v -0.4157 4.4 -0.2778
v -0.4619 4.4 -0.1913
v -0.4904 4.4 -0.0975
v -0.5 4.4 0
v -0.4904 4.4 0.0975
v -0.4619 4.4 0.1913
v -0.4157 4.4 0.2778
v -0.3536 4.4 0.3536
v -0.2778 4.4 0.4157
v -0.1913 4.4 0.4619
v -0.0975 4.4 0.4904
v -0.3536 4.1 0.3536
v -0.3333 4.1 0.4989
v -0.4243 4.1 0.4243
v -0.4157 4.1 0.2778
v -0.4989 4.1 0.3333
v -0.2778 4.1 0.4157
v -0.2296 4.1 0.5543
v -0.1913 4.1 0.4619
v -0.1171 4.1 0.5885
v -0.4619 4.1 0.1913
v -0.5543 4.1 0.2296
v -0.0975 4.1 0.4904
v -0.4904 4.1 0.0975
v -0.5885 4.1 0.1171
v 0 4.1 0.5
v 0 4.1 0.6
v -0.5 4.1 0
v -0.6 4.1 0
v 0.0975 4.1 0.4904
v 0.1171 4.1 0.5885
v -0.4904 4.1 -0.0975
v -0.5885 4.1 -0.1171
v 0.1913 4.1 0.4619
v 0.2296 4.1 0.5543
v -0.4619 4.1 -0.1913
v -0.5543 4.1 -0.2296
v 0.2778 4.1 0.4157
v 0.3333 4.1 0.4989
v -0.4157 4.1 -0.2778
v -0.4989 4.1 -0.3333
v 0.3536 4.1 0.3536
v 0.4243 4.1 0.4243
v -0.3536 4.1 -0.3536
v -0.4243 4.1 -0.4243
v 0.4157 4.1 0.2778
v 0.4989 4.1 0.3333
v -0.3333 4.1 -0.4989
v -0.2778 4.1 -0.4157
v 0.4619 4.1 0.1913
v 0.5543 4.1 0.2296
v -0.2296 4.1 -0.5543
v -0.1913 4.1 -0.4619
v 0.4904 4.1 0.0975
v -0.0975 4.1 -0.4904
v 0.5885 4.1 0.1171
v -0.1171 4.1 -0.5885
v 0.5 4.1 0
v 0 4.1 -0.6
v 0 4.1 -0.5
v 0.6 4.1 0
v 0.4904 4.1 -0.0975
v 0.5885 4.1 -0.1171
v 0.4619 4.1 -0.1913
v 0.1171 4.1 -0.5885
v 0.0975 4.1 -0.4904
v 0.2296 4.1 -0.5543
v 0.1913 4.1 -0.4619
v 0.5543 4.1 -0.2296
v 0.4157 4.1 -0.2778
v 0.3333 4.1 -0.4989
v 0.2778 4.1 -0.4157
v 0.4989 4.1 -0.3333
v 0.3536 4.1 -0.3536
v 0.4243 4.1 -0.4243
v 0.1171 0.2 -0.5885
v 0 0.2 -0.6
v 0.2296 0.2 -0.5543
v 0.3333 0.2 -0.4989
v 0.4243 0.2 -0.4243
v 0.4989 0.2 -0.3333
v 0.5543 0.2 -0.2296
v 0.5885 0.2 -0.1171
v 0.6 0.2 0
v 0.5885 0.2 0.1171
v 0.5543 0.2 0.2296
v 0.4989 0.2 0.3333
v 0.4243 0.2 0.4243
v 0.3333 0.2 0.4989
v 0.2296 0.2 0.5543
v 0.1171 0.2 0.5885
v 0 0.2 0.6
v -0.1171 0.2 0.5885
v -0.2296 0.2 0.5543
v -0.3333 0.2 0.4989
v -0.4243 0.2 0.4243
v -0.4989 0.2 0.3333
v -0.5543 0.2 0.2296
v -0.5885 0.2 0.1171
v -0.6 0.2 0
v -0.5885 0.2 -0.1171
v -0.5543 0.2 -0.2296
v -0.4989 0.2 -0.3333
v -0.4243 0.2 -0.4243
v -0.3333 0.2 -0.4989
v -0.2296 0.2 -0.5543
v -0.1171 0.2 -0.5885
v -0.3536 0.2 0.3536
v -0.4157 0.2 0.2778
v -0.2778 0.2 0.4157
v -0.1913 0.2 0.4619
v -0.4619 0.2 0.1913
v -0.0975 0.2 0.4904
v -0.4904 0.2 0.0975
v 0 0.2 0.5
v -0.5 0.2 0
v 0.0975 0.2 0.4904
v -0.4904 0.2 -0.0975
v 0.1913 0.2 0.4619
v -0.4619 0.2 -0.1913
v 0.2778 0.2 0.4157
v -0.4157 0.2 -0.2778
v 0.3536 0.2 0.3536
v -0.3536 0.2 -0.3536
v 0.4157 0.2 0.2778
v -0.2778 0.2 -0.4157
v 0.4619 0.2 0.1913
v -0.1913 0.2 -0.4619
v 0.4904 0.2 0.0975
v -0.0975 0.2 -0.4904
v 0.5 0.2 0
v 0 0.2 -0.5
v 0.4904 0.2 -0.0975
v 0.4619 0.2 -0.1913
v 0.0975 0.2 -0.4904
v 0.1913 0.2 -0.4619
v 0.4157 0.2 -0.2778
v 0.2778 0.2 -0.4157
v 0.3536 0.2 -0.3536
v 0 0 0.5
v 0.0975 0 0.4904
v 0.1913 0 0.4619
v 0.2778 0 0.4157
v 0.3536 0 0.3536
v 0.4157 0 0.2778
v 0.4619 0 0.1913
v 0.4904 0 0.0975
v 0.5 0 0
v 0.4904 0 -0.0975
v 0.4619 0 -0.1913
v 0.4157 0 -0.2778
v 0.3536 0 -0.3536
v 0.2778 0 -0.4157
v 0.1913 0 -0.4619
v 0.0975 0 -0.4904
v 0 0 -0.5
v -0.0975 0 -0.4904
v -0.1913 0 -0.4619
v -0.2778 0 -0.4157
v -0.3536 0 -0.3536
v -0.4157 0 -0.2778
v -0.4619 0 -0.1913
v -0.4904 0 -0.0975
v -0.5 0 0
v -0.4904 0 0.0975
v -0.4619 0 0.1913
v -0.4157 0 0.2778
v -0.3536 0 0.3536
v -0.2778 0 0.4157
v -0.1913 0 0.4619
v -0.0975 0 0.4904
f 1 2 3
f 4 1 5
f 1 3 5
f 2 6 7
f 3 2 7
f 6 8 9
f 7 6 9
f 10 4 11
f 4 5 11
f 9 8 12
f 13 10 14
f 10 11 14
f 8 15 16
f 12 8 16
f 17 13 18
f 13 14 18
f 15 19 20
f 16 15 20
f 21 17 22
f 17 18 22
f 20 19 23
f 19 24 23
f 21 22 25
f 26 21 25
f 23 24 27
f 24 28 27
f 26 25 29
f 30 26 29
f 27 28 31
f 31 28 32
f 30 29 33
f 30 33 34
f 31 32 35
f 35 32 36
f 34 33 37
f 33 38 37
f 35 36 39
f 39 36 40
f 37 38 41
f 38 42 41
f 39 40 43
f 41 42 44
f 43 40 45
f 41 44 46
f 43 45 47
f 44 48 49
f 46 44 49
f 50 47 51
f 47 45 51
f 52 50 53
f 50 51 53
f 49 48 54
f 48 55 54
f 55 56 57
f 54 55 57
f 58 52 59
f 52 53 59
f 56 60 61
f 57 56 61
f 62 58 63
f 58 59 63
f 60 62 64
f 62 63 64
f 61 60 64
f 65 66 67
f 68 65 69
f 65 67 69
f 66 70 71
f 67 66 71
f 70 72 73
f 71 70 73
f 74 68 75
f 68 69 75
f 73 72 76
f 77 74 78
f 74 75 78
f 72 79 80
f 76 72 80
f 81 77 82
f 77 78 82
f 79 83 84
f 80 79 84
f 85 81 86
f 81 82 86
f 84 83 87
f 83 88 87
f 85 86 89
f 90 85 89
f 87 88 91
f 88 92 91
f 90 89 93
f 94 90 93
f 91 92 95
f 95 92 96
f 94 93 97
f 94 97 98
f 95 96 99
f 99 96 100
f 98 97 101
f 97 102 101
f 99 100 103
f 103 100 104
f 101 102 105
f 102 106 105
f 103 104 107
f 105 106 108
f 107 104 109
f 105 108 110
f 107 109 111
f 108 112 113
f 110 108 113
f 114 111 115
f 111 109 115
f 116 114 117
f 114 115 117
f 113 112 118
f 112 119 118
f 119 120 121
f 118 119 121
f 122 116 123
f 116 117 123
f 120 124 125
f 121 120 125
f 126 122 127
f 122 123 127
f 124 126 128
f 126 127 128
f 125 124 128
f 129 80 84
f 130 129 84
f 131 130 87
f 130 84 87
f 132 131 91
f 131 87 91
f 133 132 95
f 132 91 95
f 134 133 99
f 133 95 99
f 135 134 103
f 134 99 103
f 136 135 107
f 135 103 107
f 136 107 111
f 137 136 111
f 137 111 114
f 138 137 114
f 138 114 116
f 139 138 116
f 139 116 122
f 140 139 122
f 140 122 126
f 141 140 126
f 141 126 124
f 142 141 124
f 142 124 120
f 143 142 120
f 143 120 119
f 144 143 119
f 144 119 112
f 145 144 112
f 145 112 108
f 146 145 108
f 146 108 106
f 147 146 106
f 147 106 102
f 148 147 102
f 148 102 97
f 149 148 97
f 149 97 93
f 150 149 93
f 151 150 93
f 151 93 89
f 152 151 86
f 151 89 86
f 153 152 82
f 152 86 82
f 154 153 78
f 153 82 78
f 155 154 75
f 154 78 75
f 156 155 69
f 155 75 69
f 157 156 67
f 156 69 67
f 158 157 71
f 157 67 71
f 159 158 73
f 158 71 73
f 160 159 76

▶ **The task**
Would you print exactly the lines from the first line of the entries above through the line that has "v 0 0.2 -0.6", both included, and stop there?

▶ **Task response**
v -0.4157 4.4 -0.2778
v -0.4619 4.4 -0.1913
v -0.4904 4.4 -0.0975
v -0.5 4.4 0
v -0.4904 4.4 0.0975
v -0.4619 4.4 0.1913
v -0.4157 4.4 0.2778
v -0.3536 4.4 0.3536
v -0.2778 4.4 0.4157
v -0.1913 4.4 0.4619
v -0.0975 4.4 0.4904
v -0.3536 4.1 0.3536
v -0.3333 4.1 0.4989
v -0.4243 4.1 0.4243
v -0.4157 4.1 0.2778
v -0.4989 4.1 0.3333
v -0.2778 4.1 0.4157
v -0.2296 4.1 0.5543
v -0.1913 4.1 0.4619
v -0.1171 4.1 0.5885
v -0.4619 4.1 0.1913
v -0.5543 4.1 0.2296
v -0.0975 4.1 0.4904
v -0.4904 4.1 0.0975
v -0.5885 4.1 0.1171
v 0 4.1 0.5
v 0 4.1 0.6
v -0.5 4.1 0
v -0.6 4.1 0
v 0.0975 4.1 0.4904
v 0.1171 4.1 0.5885
v -0.4904 4.1 -0.0975
v -0.5885 4.1 -0.1171
v 0.1913 4.1 0.4619
v 0.2296 4.1 0.5543
v -0.4619 4.1 -0.1913
v -0.5543 4.1 -0.2296
v 0.2778 4.1 0.4157
v 0.3333 4.1 0.4989
v -0.4157 4.1 -0.2778
v -0.4989 4.1 -0.3333
v 0.3536 4.1 0.3536
v 0.4243 4.1 0.4243
v -0.3536 4.1 -0.3536
v -0.4243 4.1 -0.4243
v 0.4157 4.1 0.2778
v 0.4989 4.1 0.3333
v -0.3333 4.1 -0.4989
v -0.2778 4.1 -0.4157
v 0.4619 4.1 0.1913
v 0.5543 4.1 0.2296
v -0.2296 4.1 -0.5543
v -0.1913 4.1 -0.4619
v 0.4904 4.1 0.0975
v -0.0975 4.1 -0.4904
v 0.5885 4.1 0.1171
v -0.1171 4.1 -0.5885
v 0.5 4.1 0
v 0 4.1 -0.6
v 0 4.1 -0.5
v 0.6 4.1 0
v 0.4904 4.1 -0.0975
v 0.5885 4.1 -0.1171
v 0.4619 4.1 -0.1913
v 0.1171 4.1 -0.5885
v 0.0975 4.1 -0.4904
v 0.2296 4.1 -0.5543
v 0.1913 4.1 -0.4619
v 0.5543 4.1 -0.2296
v 0.4157 4.1 -0.2778
v 0.3333 4.1 -0.4989
v 0.2778 4.1 -0.4157
v 0.4989 4.1 -0.3333
v 0.3536 4.1 -0.3536
v 0.4243 4.1 -0.4243
v 0.1171 0.2 -0.5885
v 0 0.2 -0.6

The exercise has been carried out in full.